Task instructions: Beneath this line are the data; copy exactly the part of them that opens with the line containing "f 122 175 176" and closes with the line containing "f 90 152 89", and only that part.

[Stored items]
☆ ☆ ☆ ☆ ☆ ☆ ☆
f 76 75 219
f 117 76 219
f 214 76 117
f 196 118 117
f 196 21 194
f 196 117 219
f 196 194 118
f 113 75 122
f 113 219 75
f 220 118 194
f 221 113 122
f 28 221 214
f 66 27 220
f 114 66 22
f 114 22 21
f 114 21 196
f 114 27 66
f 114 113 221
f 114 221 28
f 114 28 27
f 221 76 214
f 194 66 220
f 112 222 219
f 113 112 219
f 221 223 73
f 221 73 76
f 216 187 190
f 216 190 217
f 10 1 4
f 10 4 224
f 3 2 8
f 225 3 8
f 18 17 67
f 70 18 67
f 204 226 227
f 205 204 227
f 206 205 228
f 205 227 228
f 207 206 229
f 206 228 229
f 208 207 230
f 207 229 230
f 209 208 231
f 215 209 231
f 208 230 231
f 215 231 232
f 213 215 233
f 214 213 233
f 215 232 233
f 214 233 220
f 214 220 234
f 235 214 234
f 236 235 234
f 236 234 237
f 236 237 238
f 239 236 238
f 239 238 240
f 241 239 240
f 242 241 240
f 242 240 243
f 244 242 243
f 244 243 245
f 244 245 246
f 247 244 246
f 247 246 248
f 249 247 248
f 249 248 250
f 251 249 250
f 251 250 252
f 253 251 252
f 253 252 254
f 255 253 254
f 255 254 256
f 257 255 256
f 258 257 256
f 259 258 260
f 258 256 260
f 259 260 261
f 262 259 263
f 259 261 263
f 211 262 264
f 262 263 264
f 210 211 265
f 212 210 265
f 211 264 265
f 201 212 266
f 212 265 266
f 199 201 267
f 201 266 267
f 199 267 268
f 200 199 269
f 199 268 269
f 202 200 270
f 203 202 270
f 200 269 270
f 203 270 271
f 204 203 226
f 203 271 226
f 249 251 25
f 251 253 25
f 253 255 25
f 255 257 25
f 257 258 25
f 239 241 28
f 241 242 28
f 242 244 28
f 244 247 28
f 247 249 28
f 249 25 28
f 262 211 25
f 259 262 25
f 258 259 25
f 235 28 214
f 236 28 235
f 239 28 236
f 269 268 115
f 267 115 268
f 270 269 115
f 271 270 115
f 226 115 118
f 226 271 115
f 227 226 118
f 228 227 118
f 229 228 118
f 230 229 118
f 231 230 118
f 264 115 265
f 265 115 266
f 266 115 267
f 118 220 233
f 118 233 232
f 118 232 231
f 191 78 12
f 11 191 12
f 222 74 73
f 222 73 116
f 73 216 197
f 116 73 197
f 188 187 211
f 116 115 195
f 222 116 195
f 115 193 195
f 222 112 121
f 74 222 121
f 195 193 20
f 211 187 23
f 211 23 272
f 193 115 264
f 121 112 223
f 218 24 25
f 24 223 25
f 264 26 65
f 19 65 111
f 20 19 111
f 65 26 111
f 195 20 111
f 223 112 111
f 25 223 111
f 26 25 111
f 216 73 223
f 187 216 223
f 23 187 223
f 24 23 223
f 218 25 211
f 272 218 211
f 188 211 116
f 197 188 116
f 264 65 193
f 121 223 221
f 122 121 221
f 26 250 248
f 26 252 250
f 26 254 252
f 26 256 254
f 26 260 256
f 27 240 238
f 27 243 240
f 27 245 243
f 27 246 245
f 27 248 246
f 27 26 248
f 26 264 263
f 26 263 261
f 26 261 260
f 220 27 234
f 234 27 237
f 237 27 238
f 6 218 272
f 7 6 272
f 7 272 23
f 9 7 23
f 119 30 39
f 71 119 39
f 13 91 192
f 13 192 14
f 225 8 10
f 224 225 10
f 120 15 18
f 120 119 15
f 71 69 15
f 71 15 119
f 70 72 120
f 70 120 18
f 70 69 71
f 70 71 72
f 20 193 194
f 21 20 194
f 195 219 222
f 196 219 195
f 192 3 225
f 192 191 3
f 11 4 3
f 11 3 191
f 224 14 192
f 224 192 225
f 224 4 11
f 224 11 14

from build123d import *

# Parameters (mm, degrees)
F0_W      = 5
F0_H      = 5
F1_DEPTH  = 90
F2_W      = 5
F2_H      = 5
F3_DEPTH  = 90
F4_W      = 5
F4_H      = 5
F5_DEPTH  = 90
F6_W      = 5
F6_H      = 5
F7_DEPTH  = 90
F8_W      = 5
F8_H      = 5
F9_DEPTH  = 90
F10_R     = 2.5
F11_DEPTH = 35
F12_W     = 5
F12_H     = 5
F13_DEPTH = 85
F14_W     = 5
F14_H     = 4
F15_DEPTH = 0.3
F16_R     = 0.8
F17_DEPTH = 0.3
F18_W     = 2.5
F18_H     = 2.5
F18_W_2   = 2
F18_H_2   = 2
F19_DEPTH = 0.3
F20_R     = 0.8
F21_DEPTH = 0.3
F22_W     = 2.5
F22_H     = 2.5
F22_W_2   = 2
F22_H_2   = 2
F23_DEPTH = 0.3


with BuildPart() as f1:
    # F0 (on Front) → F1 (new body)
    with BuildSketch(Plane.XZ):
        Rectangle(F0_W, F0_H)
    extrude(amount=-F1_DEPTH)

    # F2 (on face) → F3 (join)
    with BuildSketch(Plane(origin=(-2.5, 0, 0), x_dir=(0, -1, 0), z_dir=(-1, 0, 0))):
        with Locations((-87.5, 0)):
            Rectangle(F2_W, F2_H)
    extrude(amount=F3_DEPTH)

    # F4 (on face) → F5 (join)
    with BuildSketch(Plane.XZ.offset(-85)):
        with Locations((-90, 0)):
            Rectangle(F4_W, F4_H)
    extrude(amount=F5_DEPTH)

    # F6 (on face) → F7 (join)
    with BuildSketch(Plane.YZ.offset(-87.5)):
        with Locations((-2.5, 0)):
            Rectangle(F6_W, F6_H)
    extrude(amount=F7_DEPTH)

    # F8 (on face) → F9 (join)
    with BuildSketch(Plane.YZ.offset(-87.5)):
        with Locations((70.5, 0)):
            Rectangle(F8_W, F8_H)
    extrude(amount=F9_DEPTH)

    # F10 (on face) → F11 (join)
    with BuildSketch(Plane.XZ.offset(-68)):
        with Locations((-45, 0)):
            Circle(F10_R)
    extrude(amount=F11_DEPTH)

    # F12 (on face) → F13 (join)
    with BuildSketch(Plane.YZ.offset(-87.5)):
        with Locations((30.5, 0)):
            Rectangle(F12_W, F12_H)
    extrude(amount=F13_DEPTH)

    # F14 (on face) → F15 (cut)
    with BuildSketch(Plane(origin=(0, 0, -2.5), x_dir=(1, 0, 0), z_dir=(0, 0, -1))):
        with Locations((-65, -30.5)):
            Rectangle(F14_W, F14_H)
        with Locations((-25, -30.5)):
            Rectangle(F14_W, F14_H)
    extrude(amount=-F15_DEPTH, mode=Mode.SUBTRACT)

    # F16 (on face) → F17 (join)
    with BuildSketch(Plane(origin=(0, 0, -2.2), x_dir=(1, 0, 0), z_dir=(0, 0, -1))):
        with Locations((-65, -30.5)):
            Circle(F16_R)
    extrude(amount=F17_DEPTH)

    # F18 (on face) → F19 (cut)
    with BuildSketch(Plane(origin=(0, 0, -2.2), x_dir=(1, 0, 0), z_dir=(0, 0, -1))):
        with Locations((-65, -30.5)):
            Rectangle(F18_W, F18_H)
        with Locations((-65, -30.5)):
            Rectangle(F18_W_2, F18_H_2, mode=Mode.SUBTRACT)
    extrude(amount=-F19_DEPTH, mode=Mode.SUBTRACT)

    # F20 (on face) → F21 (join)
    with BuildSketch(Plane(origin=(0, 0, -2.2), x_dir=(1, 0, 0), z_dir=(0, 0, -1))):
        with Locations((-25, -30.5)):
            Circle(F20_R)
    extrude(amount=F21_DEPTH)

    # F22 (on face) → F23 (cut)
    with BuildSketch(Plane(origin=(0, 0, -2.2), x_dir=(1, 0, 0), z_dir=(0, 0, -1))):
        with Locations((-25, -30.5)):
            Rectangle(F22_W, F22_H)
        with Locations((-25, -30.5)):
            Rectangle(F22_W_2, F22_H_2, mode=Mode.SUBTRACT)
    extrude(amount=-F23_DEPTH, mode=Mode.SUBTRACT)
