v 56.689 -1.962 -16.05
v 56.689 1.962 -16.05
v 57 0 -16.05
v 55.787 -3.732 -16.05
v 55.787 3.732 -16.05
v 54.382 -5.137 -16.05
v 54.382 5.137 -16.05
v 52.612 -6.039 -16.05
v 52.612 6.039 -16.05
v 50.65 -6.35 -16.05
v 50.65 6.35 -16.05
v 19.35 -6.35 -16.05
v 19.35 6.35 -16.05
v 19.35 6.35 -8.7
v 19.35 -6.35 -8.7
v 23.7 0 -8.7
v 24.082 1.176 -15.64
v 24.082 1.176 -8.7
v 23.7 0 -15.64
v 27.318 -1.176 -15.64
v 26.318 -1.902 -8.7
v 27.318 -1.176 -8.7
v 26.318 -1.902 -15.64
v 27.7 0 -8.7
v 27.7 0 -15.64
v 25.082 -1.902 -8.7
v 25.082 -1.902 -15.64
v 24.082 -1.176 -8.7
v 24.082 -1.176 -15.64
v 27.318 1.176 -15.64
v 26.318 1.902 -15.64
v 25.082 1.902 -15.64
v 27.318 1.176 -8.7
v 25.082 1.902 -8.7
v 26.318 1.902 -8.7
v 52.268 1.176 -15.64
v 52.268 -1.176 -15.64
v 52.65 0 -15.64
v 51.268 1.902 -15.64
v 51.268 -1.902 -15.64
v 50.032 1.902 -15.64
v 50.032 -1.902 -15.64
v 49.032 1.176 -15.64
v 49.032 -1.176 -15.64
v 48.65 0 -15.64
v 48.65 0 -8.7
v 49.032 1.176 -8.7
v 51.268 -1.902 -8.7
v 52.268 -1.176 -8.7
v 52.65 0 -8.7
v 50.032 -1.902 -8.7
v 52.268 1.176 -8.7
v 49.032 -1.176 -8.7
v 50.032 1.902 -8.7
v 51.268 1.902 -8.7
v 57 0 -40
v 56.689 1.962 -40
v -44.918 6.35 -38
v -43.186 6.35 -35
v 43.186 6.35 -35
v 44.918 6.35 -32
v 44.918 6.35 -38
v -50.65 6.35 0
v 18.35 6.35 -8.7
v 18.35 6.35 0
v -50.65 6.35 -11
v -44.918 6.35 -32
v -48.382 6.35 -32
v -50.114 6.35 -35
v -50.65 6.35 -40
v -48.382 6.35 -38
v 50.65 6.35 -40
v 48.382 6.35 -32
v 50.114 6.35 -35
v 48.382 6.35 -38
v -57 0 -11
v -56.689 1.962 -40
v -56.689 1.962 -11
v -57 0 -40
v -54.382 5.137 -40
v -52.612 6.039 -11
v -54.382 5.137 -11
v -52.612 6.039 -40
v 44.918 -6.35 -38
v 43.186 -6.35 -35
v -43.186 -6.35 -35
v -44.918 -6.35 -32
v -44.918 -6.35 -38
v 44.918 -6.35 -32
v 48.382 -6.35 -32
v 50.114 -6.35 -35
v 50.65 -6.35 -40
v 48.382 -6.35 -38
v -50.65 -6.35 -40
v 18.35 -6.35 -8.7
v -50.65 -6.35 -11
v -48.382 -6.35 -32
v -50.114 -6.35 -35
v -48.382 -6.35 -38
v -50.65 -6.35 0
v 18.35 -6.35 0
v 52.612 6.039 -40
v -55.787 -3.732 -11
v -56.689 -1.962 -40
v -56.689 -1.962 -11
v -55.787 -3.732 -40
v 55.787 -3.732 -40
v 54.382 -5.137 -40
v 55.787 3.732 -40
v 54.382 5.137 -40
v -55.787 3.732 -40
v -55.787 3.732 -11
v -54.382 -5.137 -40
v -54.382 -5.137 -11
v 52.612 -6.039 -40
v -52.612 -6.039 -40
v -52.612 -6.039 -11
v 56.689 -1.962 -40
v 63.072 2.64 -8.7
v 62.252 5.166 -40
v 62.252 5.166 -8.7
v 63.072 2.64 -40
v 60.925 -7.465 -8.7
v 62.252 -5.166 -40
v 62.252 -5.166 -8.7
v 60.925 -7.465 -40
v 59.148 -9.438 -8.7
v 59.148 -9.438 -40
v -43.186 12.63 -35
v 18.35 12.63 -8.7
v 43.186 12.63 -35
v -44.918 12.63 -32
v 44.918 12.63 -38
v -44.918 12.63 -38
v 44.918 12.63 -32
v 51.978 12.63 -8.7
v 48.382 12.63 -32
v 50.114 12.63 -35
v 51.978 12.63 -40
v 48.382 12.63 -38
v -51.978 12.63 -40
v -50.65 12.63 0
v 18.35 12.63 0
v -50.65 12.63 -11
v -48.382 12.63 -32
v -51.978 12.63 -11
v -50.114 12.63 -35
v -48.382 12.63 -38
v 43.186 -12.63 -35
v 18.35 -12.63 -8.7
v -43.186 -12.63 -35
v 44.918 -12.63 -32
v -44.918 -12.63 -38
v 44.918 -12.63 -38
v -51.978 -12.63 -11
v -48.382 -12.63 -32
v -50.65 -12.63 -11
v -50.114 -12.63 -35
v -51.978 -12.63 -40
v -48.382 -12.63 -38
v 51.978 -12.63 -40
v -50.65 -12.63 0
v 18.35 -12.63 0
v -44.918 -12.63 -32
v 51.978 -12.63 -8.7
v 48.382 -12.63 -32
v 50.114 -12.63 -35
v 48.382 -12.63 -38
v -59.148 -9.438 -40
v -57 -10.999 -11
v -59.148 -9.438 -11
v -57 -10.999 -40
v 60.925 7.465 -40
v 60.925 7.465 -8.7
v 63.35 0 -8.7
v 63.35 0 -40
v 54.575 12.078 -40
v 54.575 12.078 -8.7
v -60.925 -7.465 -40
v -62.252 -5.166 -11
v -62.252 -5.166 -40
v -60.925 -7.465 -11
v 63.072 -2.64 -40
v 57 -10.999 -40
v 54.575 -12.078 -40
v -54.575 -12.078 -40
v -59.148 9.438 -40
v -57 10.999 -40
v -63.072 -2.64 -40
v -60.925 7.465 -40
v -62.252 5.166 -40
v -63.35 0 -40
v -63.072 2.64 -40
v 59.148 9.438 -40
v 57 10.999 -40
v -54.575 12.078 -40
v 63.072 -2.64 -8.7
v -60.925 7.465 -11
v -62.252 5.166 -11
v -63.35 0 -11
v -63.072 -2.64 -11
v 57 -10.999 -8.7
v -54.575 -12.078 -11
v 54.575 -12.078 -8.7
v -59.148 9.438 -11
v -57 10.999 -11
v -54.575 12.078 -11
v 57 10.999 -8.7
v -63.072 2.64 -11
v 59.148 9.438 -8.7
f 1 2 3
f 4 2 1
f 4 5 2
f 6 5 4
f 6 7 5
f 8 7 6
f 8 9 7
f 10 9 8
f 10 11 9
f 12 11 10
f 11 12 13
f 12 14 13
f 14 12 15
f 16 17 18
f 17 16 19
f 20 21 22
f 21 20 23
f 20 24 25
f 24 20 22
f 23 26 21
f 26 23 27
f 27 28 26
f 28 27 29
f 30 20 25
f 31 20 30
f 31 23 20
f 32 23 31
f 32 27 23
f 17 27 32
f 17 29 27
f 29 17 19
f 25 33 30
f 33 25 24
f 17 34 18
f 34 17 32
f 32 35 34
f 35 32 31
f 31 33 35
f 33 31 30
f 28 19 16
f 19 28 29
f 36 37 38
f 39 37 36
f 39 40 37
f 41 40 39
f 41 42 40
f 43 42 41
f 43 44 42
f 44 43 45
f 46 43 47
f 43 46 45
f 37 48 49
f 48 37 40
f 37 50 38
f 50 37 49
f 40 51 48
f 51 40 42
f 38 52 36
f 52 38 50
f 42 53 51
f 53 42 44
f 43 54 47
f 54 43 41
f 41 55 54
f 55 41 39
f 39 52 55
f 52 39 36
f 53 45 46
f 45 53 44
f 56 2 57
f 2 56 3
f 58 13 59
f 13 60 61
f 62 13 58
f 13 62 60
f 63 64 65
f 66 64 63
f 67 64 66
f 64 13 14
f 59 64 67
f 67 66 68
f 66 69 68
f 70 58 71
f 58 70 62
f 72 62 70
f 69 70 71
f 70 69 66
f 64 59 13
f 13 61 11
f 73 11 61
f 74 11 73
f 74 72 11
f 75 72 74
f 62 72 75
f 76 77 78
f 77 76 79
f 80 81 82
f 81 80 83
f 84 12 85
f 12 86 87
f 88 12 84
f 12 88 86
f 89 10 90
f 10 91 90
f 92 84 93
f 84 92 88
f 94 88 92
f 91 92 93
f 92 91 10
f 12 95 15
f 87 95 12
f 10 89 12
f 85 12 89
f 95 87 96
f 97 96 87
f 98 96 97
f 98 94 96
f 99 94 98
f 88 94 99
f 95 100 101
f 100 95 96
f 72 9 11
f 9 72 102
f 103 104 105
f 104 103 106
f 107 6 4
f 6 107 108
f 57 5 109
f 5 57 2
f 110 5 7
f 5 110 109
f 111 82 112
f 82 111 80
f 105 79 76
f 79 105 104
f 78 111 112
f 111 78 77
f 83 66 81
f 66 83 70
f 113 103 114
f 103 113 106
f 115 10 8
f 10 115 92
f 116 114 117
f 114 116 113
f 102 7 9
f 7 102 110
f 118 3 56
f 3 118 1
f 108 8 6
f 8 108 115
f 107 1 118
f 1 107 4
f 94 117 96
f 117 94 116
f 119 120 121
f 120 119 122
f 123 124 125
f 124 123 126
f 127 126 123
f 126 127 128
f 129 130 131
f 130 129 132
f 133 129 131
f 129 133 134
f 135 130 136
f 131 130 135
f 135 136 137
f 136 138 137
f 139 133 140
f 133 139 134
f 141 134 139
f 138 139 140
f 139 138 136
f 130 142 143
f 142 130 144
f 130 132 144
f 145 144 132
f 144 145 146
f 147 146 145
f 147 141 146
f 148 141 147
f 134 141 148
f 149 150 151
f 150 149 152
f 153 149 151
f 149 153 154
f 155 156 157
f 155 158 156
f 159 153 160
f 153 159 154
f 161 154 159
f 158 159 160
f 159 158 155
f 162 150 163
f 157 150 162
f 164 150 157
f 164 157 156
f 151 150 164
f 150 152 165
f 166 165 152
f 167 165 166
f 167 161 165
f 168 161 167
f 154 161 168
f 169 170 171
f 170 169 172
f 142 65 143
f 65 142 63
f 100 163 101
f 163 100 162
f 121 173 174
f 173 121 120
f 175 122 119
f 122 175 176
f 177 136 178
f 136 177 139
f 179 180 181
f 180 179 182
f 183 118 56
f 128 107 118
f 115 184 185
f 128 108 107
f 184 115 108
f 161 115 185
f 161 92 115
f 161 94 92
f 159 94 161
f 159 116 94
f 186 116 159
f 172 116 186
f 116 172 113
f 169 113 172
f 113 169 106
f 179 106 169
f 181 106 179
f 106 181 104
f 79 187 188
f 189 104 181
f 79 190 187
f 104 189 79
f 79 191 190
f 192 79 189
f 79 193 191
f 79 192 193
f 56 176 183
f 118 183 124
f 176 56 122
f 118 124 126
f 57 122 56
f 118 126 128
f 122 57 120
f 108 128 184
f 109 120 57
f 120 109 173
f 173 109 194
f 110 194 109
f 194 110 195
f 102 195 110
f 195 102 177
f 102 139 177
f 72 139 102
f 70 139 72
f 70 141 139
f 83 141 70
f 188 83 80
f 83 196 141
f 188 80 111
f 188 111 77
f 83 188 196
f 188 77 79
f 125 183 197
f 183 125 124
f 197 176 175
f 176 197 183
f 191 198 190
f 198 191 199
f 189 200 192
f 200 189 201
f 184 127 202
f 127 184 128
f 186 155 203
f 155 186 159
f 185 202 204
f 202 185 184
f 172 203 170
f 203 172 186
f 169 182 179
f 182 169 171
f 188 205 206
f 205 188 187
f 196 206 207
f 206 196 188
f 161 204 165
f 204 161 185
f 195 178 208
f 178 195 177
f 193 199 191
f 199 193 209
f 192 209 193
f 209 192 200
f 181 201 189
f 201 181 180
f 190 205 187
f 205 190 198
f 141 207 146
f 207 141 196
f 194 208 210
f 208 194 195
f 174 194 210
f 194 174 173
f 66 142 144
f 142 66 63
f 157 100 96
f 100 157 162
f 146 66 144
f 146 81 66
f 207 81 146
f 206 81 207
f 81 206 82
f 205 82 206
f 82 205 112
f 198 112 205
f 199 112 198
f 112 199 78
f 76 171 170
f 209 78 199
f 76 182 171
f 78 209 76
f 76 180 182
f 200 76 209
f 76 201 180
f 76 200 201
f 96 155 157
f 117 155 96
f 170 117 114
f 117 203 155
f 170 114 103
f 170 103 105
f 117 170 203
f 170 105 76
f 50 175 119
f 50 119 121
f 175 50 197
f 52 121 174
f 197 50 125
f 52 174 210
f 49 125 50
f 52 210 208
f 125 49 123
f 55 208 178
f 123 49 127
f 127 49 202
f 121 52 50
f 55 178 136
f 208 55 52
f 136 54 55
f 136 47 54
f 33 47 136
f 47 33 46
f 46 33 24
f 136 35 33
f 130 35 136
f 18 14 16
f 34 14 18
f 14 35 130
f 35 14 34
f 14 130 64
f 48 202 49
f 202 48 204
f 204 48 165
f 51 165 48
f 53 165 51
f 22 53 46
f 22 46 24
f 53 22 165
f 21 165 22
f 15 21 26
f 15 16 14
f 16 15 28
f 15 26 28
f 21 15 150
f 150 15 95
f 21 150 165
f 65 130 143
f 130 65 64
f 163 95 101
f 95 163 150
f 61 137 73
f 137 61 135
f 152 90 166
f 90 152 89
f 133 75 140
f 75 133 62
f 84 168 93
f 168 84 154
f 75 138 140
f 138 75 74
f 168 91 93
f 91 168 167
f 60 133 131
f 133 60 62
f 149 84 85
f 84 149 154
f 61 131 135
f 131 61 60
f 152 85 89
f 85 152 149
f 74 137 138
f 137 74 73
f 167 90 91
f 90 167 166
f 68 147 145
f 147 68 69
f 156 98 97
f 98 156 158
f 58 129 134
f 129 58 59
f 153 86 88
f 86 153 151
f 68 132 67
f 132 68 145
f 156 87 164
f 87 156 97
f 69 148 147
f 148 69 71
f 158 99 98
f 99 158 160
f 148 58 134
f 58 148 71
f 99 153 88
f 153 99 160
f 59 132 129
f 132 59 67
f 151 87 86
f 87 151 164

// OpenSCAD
// [FL_INDEX: keywords="openscad, 3d_parametric, Parametric_Framing_Fingers, csg_solid" | COT="Parametric OpenSCAD design from 3DCodeverse"]
// Title: Parametric Framing Fingers

// What type of framing finger?
part=1; // [1:Top Finger, 2:Bottom Finger, 3:Side Finger, 4:Bar Holder]

// Distance from back of glass to wall.
height=40;

// How tall is the frame?
frame_height_v=590;

// How wide is the frame?
frame_width_v=742;

// How tall is the space in the frame for the glass?
glass_height_v=461;

// How wide is the space in the frame for the glass?
glass_width_v=612;

// How deep is the glass from the back of the frame?
glass_offset=8.7;

// Monitor thickness at the top edge.
monitor_thickness_top=11;

// Monitor thickness at the bottom edge.
monitor_thickness_bottom=8;

// Monitor width
monitor_width_v=545;

// Monitor height
monitor_height_v=322;

// How much wiggle room?
wiggle=0.5;

// Layer thickness.
layer=0.41;

// Total finger width.
width=25.4;

/* [Hidden] */

inch=25.4;
thickness=width/4;
screw_depth=inch / 4 + 1;

frame_height=frame_height_v + wiggle;
frame_width=frame_width_v + wiggle;
glass_height=glass_height_v - wiggle;
glass_width=glass_width_v - wiggle;
monitor_width=monitor_width_v + wiggle;
monitor_height=monitor_height_v + wiggle;

frame_hook=(frame_height - glass_height)/2 - height/2;

module ovoid(len,width,height) {
  hull() {
    translate([(len-width)/2, 0, ]) cylinder(r=width/2, h=height);
    translate([(width-len)/2, 0, ]) cylinder(r=width/2, h=height);
  }
}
☆ ☆ ☆ ☆ ☆ ☆ ☆
Solution for this task:
f 122 175 176
f 177 136 178
f 136 177 139
f 179 180 181
f 180 179 182
f 183 118 56
f 128 107 118
f 115 184 185
f 128 108 107
f 184 115 108
f 161 115 185
f 161 92 115
f 161 94 92
f 159 94 161
f 159 116 94
f 186 116 159
f 172 116 186
f 116 172 113
f 169 113 172
f 113 169 106
f 179 106 169
f 181 106 179
f 106 181 104
f 79 187 188
f 189 104 181
f 79 190 187
f 104 189 79
f 79 191 190
f 192 79 189
f 79 193 191
f 79 192 193
f 56 176 183
f 118 183 124
f 176 56 122
f 118 124 126
f 57 122 56
f 118 126 128
f 122 57 120
f 108 128 184
f 109 120 57
f 120 109 173
f 173 109 194
f 110 194 109
f 194 110 195
f 102 195 110
f 195 102 177
f 102 139 177
f 72 139 102
f 70 139 72
f 70 141 139
f 83 141 70
f 188 83 80
f 83 196 141
f 188 80 111
f 188 111 77
f 83 188 196
f 188 77 79
f 125 183 197
f 183 125 124
f 197 176 175
f 176 197 183
f 191 198 190
f 198 191 199
f 189 200 192
f 200 189 201
f 184 127 202
f 127 184 128
f 186 155 203
f 155 186 159
f 185 202 204
f 202 185 184
f 172 203 170
f 203 172 186
f 169 182 179
f 182 169 171
f 188 205 206
f 205 188 187
f 196 206 207
f 206 196 188
f 161 204 165
f 204 161 185
f 195 178 208
f 178 195 177
f 193 199 191
f 199 193 209
f 192 209 193
f 209 192 200
f 181 201 189
f 201 181 180
f 190 205 187
f 205 190 198
f 141 207 146
f 207 141 196
f 194 208 210
f 208 194 195
f 174 194 210
f 194 174 173
f 66 142 144
f 142 66 63
f 157 100 96
f 100 157 162
f 146 66 144
f 146 81 66
f 207 81 146
f 206 81 207
f 81 206 82
f 205 82 206
f 82 205 112
f 198 112 205
f 199 112 198
f 112 199 78
f 76 171 170
f 209 78 199
f 76 182 171
f 78 209 76
f 76 180 182
f 200 76 209
f 76 201 180
f 76 200 201
f 96 155 157
f 117 155 96
f 170 117 114
f 117 203 155
f 170 114 103
f 170 103 105
f 117 170 203
f 170 105 76
f 50 175 119
f 50 119 121
f 175 50 197
f 52 121 174
f 197 50 125
f 52 174 210
f 49 125 50
f 52 210 208
f 125 49 123
f 55 208 178
f 123 49 127
f 127 49 202
f 121 52 50
f 55 178 136
f 208 55 52
f 136 54 55
f 136 47 54
f 33 47 136
f 47 33 46
f 46 33 24
f 136 35 33
f 130 35 136
f 18 14 16
f 34 14 18
f 14 35 130
f 35 14 34
f 14 130 64
f 48 202 49
f 202 48 204
f 204 48 165
f 51 165 48
f 53 165 51
f 22 53 46
f 22 46 24
f 53 22 165
f 21 165 22
f 15 21 26
f 15 16 14
f 16 15 28
f 15 26 28
f 21 15 150
f 150 15 95
f 21 150 165
f 65 130 143
f 130 65 64
f 163 95 101
f 95 163 150
f 61 137 73
f 137 61 135
f 152 90 166
f 90 152 89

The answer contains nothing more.